WORK REQUIRED:
Please copy out the entries below exactly, beginning with the line that contains "v24 (-19.05,0,28.575)" and ending with the line that contains "e32 v11 v31 LINE", and include nothing outside that span.

[[ DATA SUPPLIED, beginning ]]

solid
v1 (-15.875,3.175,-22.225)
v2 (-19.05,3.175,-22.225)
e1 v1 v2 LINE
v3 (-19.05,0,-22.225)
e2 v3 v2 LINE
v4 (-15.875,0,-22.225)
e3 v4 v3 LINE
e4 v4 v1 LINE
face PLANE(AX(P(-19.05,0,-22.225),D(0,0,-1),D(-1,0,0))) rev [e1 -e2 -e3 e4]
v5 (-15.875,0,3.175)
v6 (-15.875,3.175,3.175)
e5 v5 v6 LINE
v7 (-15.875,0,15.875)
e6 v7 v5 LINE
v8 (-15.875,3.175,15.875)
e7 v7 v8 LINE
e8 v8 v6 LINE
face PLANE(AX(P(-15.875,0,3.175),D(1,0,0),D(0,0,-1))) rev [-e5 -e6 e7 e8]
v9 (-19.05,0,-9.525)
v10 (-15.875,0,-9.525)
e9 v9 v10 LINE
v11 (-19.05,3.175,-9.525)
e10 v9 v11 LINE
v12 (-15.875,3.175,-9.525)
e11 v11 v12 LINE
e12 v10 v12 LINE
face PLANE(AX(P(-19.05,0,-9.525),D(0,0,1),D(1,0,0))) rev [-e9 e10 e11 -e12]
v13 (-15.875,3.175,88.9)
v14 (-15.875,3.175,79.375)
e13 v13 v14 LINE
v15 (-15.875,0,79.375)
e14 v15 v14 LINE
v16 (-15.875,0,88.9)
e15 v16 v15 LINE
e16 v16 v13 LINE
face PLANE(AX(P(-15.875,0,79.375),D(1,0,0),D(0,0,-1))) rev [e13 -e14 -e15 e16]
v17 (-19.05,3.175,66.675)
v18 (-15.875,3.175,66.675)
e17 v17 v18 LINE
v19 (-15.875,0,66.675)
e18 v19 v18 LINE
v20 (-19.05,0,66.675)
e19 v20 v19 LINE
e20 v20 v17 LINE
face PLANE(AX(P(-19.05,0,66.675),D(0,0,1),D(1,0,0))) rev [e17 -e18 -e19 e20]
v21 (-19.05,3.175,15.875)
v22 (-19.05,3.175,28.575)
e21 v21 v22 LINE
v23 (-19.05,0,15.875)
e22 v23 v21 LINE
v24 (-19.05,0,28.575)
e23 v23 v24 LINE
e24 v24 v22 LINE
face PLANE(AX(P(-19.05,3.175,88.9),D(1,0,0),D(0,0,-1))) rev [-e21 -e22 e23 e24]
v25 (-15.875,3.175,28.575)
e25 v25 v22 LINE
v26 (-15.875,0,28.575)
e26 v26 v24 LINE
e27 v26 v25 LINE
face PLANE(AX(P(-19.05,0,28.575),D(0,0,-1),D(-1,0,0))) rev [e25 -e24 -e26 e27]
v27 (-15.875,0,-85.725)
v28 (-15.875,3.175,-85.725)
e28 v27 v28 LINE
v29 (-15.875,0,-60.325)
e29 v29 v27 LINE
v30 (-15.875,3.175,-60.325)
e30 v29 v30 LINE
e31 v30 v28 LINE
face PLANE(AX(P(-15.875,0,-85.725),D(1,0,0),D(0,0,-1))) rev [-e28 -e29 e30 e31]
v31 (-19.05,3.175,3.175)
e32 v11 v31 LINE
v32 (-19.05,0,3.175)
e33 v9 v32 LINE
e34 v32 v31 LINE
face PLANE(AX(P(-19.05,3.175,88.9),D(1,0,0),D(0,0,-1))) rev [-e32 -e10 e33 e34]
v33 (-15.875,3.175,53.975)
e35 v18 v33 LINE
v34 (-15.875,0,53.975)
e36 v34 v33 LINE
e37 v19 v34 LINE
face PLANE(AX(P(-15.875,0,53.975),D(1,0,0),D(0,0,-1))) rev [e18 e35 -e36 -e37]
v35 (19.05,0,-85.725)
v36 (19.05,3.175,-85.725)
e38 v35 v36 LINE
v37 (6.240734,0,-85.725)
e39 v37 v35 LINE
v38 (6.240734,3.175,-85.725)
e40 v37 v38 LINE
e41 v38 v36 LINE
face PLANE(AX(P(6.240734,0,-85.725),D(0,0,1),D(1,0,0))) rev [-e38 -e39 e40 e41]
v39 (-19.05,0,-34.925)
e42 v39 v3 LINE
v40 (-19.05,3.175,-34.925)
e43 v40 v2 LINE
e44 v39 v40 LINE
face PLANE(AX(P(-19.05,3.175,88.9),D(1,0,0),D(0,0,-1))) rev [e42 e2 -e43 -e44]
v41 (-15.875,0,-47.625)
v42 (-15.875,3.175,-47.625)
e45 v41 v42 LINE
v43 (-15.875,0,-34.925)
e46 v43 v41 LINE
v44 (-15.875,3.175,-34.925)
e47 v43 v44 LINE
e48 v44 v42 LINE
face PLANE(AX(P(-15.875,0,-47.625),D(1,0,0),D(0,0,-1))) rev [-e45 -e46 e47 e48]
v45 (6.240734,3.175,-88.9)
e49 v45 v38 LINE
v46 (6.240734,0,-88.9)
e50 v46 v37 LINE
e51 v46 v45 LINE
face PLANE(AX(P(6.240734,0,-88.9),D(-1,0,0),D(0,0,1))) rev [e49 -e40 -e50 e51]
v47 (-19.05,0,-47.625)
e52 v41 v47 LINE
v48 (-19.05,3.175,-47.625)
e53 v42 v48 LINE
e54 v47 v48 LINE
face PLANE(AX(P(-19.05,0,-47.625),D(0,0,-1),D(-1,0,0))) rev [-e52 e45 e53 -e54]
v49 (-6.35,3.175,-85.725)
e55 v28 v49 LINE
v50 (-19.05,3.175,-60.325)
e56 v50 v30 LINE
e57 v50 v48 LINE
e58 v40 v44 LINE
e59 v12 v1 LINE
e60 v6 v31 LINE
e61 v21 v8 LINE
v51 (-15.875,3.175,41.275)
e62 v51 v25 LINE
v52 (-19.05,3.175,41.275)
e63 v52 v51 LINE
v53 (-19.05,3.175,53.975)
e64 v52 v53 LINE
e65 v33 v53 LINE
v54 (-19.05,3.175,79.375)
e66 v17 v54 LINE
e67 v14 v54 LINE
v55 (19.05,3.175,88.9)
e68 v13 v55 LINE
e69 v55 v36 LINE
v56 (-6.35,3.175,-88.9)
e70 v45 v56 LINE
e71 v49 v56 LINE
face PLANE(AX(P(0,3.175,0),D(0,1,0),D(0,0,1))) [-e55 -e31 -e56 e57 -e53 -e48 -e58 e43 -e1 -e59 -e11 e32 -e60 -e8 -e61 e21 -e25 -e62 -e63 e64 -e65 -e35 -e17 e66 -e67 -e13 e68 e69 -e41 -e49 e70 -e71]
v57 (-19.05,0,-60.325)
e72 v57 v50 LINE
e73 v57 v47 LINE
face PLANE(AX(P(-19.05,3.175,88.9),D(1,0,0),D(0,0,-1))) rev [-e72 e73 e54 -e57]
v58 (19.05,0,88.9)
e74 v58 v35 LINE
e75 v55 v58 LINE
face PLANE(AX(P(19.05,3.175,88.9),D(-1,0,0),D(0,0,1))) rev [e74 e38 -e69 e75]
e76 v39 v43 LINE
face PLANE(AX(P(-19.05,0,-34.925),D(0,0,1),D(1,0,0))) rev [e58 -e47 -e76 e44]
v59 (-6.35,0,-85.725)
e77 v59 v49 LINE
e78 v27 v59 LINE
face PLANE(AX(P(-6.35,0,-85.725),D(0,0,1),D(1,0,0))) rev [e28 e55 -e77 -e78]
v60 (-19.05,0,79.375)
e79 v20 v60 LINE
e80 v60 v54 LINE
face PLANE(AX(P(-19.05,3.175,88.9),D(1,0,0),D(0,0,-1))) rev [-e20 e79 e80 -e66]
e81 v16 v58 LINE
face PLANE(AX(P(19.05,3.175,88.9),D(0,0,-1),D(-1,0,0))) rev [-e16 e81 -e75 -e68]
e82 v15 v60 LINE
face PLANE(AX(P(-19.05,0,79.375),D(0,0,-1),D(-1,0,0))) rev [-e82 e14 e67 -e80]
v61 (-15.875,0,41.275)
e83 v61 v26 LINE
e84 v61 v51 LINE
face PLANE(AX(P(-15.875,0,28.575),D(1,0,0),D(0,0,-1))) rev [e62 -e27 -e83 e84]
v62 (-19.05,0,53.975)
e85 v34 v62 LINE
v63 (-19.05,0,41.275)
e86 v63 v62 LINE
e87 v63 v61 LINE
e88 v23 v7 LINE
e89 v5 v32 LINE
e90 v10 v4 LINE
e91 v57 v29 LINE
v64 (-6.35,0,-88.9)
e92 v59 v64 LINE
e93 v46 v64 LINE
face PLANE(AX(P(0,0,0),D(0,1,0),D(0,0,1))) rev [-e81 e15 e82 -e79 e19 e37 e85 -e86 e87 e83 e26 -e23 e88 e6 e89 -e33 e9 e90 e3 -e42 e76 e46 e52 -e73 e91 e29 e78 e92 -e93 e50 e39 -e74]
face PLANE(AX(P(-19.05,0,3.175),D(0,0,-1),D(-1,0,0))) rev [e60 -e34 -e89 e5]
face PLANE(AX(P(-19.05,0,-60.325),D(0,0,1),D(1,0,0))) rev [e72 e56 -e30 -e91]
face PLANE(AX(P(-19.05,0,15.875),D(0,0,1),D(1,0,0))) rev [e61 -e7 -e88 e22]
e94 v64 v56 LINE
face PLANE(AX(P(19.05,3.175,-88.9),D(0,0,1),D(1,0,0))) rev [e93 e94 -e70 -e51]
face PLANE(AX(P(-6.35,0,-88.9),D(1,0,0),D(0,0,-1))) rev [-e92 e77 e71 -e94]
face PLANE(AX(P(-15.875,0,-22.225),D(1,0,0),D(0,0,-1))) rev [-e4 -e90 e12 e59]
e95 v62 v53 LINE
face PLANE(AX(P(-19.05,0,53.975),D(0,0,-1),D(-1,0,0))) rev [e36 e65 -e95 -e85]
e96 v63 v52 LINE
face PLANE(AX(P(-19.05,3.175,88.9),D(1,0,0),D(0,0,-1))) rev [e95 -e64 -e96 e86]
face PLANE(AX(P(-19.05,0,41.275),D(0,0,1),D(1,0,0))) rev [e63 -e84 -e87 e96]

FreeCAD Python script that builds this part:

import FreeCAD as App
import Part
import Sketcher

V = App.Vector
Q = App.Units.Quantity

doc = App.newDocument("Part")
body = doc.addObject("PartDesign::Body", "Body")

# Sketch on XZ plane
sketch1 = body.newObject("Sketcher::SketchObject", "Sketch")
sketch1.AttachmentSupport = (doc.getObject("XZ_Plane"), [""])
sketch1.MapMode = "FlatFace"
sketch1.addGeometry([
    Part.LineSegment(V(-19, -89, 0), V(-19, 89, 0)),
    Part.LineSegment(V(-19, 89, 0), V(19, 89, 0)),
    Part.LineSegment(V(19, 89, 0), V(19, -89, 0)),
    Part.LineSegment(V(19, -89, 0), V(-19, -89, 0)),
], False)
sketch1.addConstraint([
    Sketcher.Constraint("Coincident", 0, 2, 1, 1),
    Sketcher.Constraint("Coincident", 1, 2, 2, 1),
    Sketcher.Constraint("Coincident", 2, 2, 3, 1),
    Sketcher.Constraint("Coincident", 3, 2, 0, 1),
    Sketcher.Constraint("Vertical", 0),
    Sketcher.Constraint("Horizontal", 1),
    Sketcher.Constraint("Vertical", 2),
    Sketcher.Constraint("Horizontal", 3),
    Sketcher.Constraint("Symmetric", 0, 2, 2, 2, -1, 1),
    Sketcher.Constraint("DistanceY", 0, 1, 0, 2, Q("7 in")),
    Sketcher.Constraint("DistanceX", 1, 1, 1, 2, Q("1.5 in")),
])
pad1 = body.newObject("PartDesign::Pad", "Pad")
pad1.Profile = sketch1
pad1.Length = Q("0.125 in")
pad1.Reversed = True

# Sketch on XZ plane
sketch2 = body.newObject("Sketcher::SketchObject", "Sketch001")
sketch2.AttachmentSupport = (doc.getObject("XZ_Plane"), [""])
sketch2.MapMode = "FlatFace"
sketch2.AttachmentOffset = App.Placement(V(0, 0, -0.125 * 25.4), App.Rotation())
sketch2.addGeometry([
    Part.LineSegment(V(-6.3, -85.7, 0), V(-6.3, -88.9, 0)),  # 0
    Part.LineSegment(V(-6.3, -88.9, 0), V(-19.1, -88.9, 0)),  # 1
    Part.LineSegment(V(-19.1, -88.9, 0), V(-19.1, -60.3, 0)),  # 2
    Part.LineSegment(V(-19.1, -60.3, 0), V(-15.9, -60.3, 0)),  # 3
    Part.LineSegment(V(-15.9, -60.3, 0), V(-15.9, -85.7, 0)),  # 4
    Part.LineSegment(V(-15.9, -85.7, 0), V(-6.3, -85.7, 0)),  # 5
    Part.LineSegment(V(-19.1, -22.2, 0), V(-19.1, -9.5, 0)),  # 6
    Part.LineSegment(V(-19.1, -9.5, 0), V(-15.9, -9.5, 0)),  # 7
    Part.LineSegment(V(-15.9, -9.5, 0), V(-15.9, -22.2, 0)),  # 8
    Part.LineSegment(V(-15.9, -22.2, 0), V(-19.1, -22.2, 0)),  # 9
    Part.LineSegment(V(-19.1, -47.6, 0), V(-19.1, -34.9, 0)),  # 10
    Part.LineSegment(V(-19.1, -34.9, 0), V(-15.9, -34.9, 0)),  # 11
    Part.LineSegment(V(-15.9, -34.9, 0), V(-15.9, -47.6, 0)),  # 12
    Part.LineSegment(V(-15.9, -47.6, 0), V(-19.1, -47.6, 0)),  # 13
    Part.LineSegment(V(-19.1, 3.2, 0), V(-19.1, 15.9, 0)),  # 14
    Part.LineSegment(V(-19.1, 15.9, 0), V(-15.9, 15.9, 0)),  # 15
    Part.LineSegment(V(-15.9, 15.9, 0), V(-15.9, 3.2, 0)),  # 16
    Part.LineSegment(V(-15.9, 3.2, 0), V(-19.1, 3.2, 0)),  # 17
    Part.LineSegment(V(-19.1, 28.6, 0), V(-19.1, 41.3, 0)),  # 18
    Part.LineSegment(V(-19.1, 41.3, 0), V(-15.9, 41.3, 0)),  # 19
    Part.LineSegment(V(-15.9, 41.3, 0), V(-15.9, 28.6, 0)),  # 20
    Part.LineSegment(V(-15.9, 28.6, 0), V(-19.1, 28.6, 0)),  # 21
    Part.LineSegment(V(-19.1, 54, 0), V(-19.1, 66.7, 0)),  # 22
    Part.LineSegment(V(-19.1, 66.7, 0), V(-15.9, 66.7, 0)),  # 23
    Part.LineSegment(V(-15.9, 66.7, 0), V(-15.9, 54, 0)),  # 24
    Part.LineSegment(V(-15.9, 54, 0), V(-19.1, 54, 0)),  # 25
    Part.LineSegment(V(-19.1, 79.4, 0), V(-19.1, 88.9, 0)),  # 26
    Part.LineSegment(V(-19.1, 88.9, 0), V(-15.9, 88.9, 0)),  # 27
    Part.LineSegment(V(-15.9, 88.9, 0), V(-15.9, 79.4, 0)),  # 28
    Part.LineSegment(V(-15.9, 79.4, 0), V(-19.1, 79.4, 0)),  # 29
    Part.LineSegment(V(6.2, -88.9, 0), V(6.2, -85.7, 0)),  # 30
    Part.LineSegment(V(6.2, -85.7, 0), V(19.1, -85.7, 0)),  # 31
    Part.LineSegment(V(19.1, -85.7, 0), V(19.1, -88.9, 0)),  # 32
    Part.LineSegment(V(19.1, -88.9, 0), V(6.2, -88.9, 0)),  # 33
], False)
sketch2.addConstraint([
    Sketcher.Constraint("Coincident", 0, 2, 1, 1),
    Sketcher.Constraint("Coincident", 1, 2, 2, 1),
    Sketcher.Constraint("Coincident", 2, 2, 3, 1),
    Sketcher.Constraint("Coincident", 3, 2, 4, 1),
    Sketcher.Constraint("Coincident", 4, 2, 5, 1),
    Sketcher.Constraint("Coincident", 5, 2, 0, 1),
    Sketcher.Constraint("Coincident", 6, 2, 7, 1),
    Sketcher.Constraint("Coincident", 7, 2, 8, 1),
    Sketcher.Constraint("Coincident", 8, 2, 9, 1),
    Sketcher.Constraint("Coincident", 9, 2, 6, 1),
    Sketcher.Constraint("Coincident", 10, 2, 11, 1),
    Sketcher.Constraint("Coincident", 11, 2, 12, 1),
    Sketcher.Constraint("Coincident", 12, 2, 13, 1),
    Sketcher.Constraint("Coincident", 13, 2, 10, 1),
    Sketcher.Constraint("Coincident", 14, 2, 15, 1),
    Sketcher.Constraint("Coincident", 15, 2, 16, 1),
    Sketcher.Constraint("Coincident", 16, 2, 17, 1),
    Sketcher.Constraint("Coincident", 17, 2, 14, 1),
    Sketcher.Constraint("Coincident", 18, 2, 19, 1),
    Sketcher.Constraint("Coincident", 19, 2, 20, 1),
    Sketcher.Constraint("Coincident", 20, 2, 21, 1),
    Sketcher.Constraint("Coincident", 21, 2, 18, 1),
    Sketcher.Constraint("Coincident", 22, 2, 23, 1),
    Sketcher.Constraint("Coincident", 23, 2, 24, 1),
    Sketcher.Constraint("Coincident", 24, 2, 25, 1),
    Sketcher.Constraint("Coincident", 25, 2, 22, 1),
    Sketcher.Constraint("Coincident", 26, 2, 27, 1),
    Sketcher.Constraint("Coincident", 27, 2, 28, 1),
    Sketcher.Constraint("Coincident", 28, 2, 29, 1),
    Sketcher.Constraint("Coincident", 29, 2, 26, 1),
    Sketcher.Constraint("Coincident", 30, 2, 31, 1),
    Sketcher.Constraint("Coincident", 31, 2, 32, 1),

[[ DATA SUPPLIED, end ]]

ANSWER SPACE:
v24 (-19.05,0,28.575)
e23 v23 v24 LINE
e24 v24 v22 LINE
face PLANE(AX(P(-19.05,3.175,88.9),D(1,0,0),D(0,0,-1))) rev [-e21 -e22 e23 e24]
v25 (-15.875,3.175,28.575)
e25 v25 v22 LINE
v26 (-15.875,0,28.575)
e26 v26 v24 LINE
e27 v26 v25 LINE
face PLANE(AX(P(-19.05,0,28.575),D(0,0,-1),D(-1,0,0))) rev [e25 -e24 -e26 e27]
v27 (-15.875,0,-85.725)
v28 (-15.875,3.175,-85.725)
e28 v27 v28 LINE
v29 (-15.875,0,-60.325)
e29 v29 v27 LINE
v30 (-15.875,3.175,-60.325)
e30 v29 v30 LINE
e31 v30 v28 LINE
face PLANE(AX(P(-15.875,0,-85.725),D(1,0,0),D(0,0,-1))) rev [-e28 -e29 e30 e31]
v31 (-19.05,3.175,3.175)
e32 v11 v31 LINE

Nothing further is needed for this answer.